Alexandra Richards, 23
Alexandra works as a Buyers Admin Assistant for Topshop. She also writes a blog, Alex Does Fashion. She is 23 and lives in South London.
LLO: Tell us a bit about your blog, Alex Does Fashion.
AR:I love fashion, have always worked in fashion and have always wanted to write a blog. And then when my previous job took me to a remote area of Coventry for 6 months, I had not much else to do in the evenings! That’s when I started writing it; it helped me escape and now it’s my baby. Alex Does Fashion is about fashion, art and life from my perspective – because it’s my blog! Plus, I get a bit fed up of all the millions of narcissistic fashion blogs consisting only of thousands pictures of the blogger in outfits, or countless street style photos. Alex Does Fashion is all about what inspires and interests me, and hopefully inspires and interests others.
LLO: As a born and bred Londoner, talk us through some of the best and worst fashion trends that have hit the city in your lifetime.
AR: Oh goodness. So many. The one that first sprang to mine was definitely when flat winkle pickers came back as the “pointy shoe” in 2003. When I was 15 I had a white pair with a horrendous silver clasp – not a good look. I also once wore them with black tights…enough said.
LLO:Where is your place to show up in the capital on a Saturday night after buying the perfect new outfit?

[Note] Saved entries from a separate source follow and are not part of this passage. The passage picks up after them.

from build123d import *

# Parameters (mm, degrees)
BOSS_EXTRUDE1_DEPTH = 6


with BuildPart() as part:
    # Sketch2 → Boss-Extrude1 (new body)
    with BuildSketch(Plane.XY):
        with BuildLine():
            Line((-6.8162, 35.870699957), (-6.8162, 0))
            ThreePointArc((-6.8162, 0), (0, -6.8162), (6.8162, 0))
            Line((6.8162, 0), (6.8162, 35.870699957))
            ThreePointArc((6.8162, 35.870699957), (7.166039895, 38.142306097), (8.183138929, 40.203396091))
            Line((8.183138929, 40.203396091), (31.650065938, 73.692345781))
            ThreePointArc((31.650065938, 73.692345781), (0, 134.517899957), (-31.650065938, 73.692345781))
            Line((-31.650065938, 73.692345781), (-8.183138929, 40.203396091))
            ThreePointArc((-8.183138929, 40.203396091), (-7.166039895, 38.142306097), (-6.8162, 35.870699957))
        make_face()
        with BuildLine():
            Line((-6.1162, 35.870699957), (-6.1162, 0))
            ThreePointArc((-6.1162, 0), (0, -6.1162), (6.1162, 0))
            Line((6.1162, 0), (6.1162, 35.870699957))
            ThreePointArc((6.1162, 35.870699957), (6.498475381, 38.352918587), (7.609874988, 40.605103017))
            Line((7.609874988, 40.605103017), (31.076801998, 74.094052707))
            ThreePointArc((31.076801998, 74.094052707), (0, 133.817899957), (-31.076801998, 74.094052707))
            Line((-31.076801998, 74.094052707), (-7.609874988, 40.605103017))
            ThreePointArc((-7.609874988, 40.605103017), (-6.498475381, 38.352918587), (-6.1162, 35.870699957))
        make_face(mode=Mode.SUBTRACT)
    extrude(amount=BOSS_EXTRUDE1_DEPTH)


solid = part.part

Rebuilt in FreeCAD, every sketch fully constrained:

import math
import FreeCAD as App
import Part
import Sketcher
Q = App.Units.Quantity

doc = App.newDocument("Part")
body = doc.addObject("PartDesign::Body", "Body")

# Sketch on XY plane
sketch1 = body.newObject("Sketcher::SketchObject", "Sketch")
sketch1.AttachmentSupport = (doc.getObject("XY_Plane"), [""])
sketch1.MapMode = "FlatFace"
sketch1.addGeometry([
    Part.LineSegment(App.Vector(-6.8, 35.9, 0), App.Vector(-6.8, 0, 0)),  # 0
    Part.ArcOfCircle(Part.Circle(App.Vector(0, 0, 0), App.Vector(0, 0, 1), 6.8), math.radians(180), math.radians(360)),  # 1
    Part.LineSegment(App.Vector(6.8, 0, 0), App.Vector(6.8, 35.9, 0)),  # 2
    Part.ArcOfCircle(Part.Circle(App.Vector(14.4, 35.9, 0), App.Vector(0, 0, 1), 7.6), math.radians(145), math.radians(180)),  # 3
    Part.LineSegment(App.Vector(8.2, 40.2, 0), App.Vector(31.7, 73.7, 0)),  # 4
    Part.ArcOfCircle(Part.Circle(App.Vector(0, 95.9, 0), App.Vector(0, 0, 1), 38.6), math.radians(-35), math.radians(215)),  # 5
    Part.LineSegment(App.Vector(-31.7, 73.7, 0), App.Vector(-8.2, 40.2, 0)),  # 6
    Part.ArcOfCircle(Part.Circle(App.Vector(-14.4, 35.9, 0), App.Vector(0, 0, 1), 7.6), math.radians(0), math.radians(35)),  # 7
    Part.LineSegment(App.Vector(-6.1, 0, 0), App.Vector(-6.1, 35.9, 0)),  # 8
    Part.ArcOfCircle(Part.Circle(App.Vector(-14.4, 35.9, 0), App.Vector(0, 0, 1), 8.2), math.radians(0), math.radians(35)),  # 9
    Part.LineSegment(App.Vector(-7.6, 40.6, 0), App.Vector(-31.1, 74.1, 0)),  # 10
    Part.ArcOfCircle(Part.Circle(App.Vector(0, 95.9, 0), App.Vector(0, 0, 1), 37.9), math.radians(-35), math.radians(215)),  # 11
    Part.LineSegment(App.Vector(31.1, 74.1, 0), App.Vector(7.6, 40.6, 0)),  # 12
    Part.ArcOfCircle(Part.Circle(App.Vector(14.4, 35.9, 0), App.Vector(0, 0, 1), 8.2), math.radians(145), math.radians(180)),  # 13
    Part.LineSegment(App.Vector(6.1, 35.9, 0), App.Vector(6.1, 0, 0)),  # 14
    Part.ArcOfCircle(Part.Circle(App.Vector(0, 0, 0), App.Vector(0, 0, 1), 6.1), math.radians(180), math.radians(360)),  # 15
], False)
sketch1.addConstraint([
    Sketcher.Constraint("Tangent", 0, 2, 1, 1),
    Sketcher.Constraint("Tangent", 1, 2, 2, 1),
    Sketcher.Constraint("Tangent", 2, 2, 3, 2),
    Sketcher.Constraint("Tangent", 3, 1, 4, 1),
    Sketcher.Constraint("Tangent", 4, 2, 5, 1),
    Sketcher.Constraint("Tangent", 5, 2, 6, 1),
    Sketcher.Constraint("Tangent", 6, 2, 7, 2),
    Sketcher.Constraint("Tangent", 7, 1, 0, 1),
    Sketcher.Constraint("Tangent", 8, 2, 9, 1),
    Sketcher.Constraint("Tangent", 9, 2, 10, 1),
    Sketcher.Constraint("Tangent", 10, 2, 11, 2),
    Sketcher.Constraint("Tangent", 11, 1, 12, 1),
    Sketcher.Constraint("Tangent", 12, 2, 13, 1),
    Sketcher.Constraint("Tangent", 13, 2, 14, 1),
    Sketcher.Constraint("Tangent", 14, 2, 15, 2),
    Sketcher.Constraint("Tangent", 15, 1, 8, 1),
    Sketcher.Constraint("Vertical", 0),
    Sketcher.Constraint("Vertical", 2),
    Sketcher.Constraint("Vertical", 8),
    Sketcher.Constraint("Vertical", 14),
    Sketcher.Constraint("Coincident", 1, 3, -1, 1),
    Sketcher.Constraint("Coincident", 15, 3, -1, 1),
    Sketcher.Constraint("Coincident", 9, 3, 7, 3),
    Sketcher.Constraint("Coincident", 11, 3, 5, 3),
    Sketcher.Constraint("Coincident", 13, 3, 3, 3),
    Sketcher.Constraint("Equal", 3, 7),
    Sketcher.Constraint("Symmetric", 4, 2, 5, 2, -2),
    Sketcher.Constraint("Parallel", 6, 10),
    Sketcher.Constraint("Radius", 3, Q("7.55 mm")),
    Sketcher.Constraint("Radius", 9, Q("8.25 mm")),
    Sketcher.Constraint("DistanceY", 3, 3, 5, 3, Q("60 mm")),
    Sketcher.Constraint("Radius", 1, Q("6.8162 mm")),
    Sketcher.Constraint("Radius", 5, Q("38.6472 mm")),
    Sketcher.Constraint("DistanceY", 0, 2, 0, 1, Q("35.8707 mm")),
])
pad1 = body.newObject("PartDesign::Pad", "Pad")
pad1.Profile = sketch1
pad1.Length = 6

doc.recompute()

AR: I’d say at the moment I’m definitely more of a bar girl than a club girl, and as a South Londoner, of course I absolutely love going out in Clapham. Tapas and sangria outside on the deck at Carmen Bar de Tapas, happy hour cocktails at Rinky Dinks, more cocktails at the gorgeous art deco Loft bar and dancing in Aqqum. And then of course a good ol’ night time cheeseburger and chips in McDonalds at 4am!
LLO: Where can we find London’s best vintage or retro offerings?
AR: There’s no doubt about it – Brick Lane is still number 1 for vintage in my opinion. There are countless stores to choose from, but my favourite are Hunky Dory vintage which has fantastically elaborate pieces – and the guys who work there are so friendly and lovely, and I love the Boy London store, housing what’s left of the amazing 80s line, with the fantastically eccentric owner as well as the crazy £1-5 bed sale in the basement (literally a 3ft mound of clothes on a bed). And of course, you can’t forget the humungous Beyond Retro.
Away from East London, one of my favourites is Retromania in Pimlico. It’s almost a costume store and they carry fantastic designer collections. For my birthday, my friends bought me an amazing huge black and white furry angora cardigan from there; and they have a fantastic rail outside which changes every week, where I picked up a great hounds tooth men’s jacket for £1! Perfect for guilt free shopping.
LLO:Which London-based living fashion icon do you most admire and why?
AR: I don’t really have a fashion icon – I can admire and be inspired by everything and anyone, especially normal people with normal lives.
LLO: After living in NYC for a bit, how does fashion in London compare to the styles in the Big Apple?
AR: Like London style, fashion in New York you couldn’t even begin to encapsulate in one sentence. There are so many neighbourhoods, and so many different types of people. Although one thing I did notice that there are a lot more vintage stores and small boutiques scattered about, and many New Yorkers do look to London as the most directional fashion city. One thing about New Yorkers though, is that everyone looks a lot more put together. Everything in New York inspires me – from the people, the bars, the buildings and the New Yorkers’ incessant style. I truly and absolutely heart New York.
LLO:Favourite London-based designers?
AR: I love Mark Fast,Issa,Marios Schwab, David Koma, Holly Fulton – and of course, Vivienne Westwood.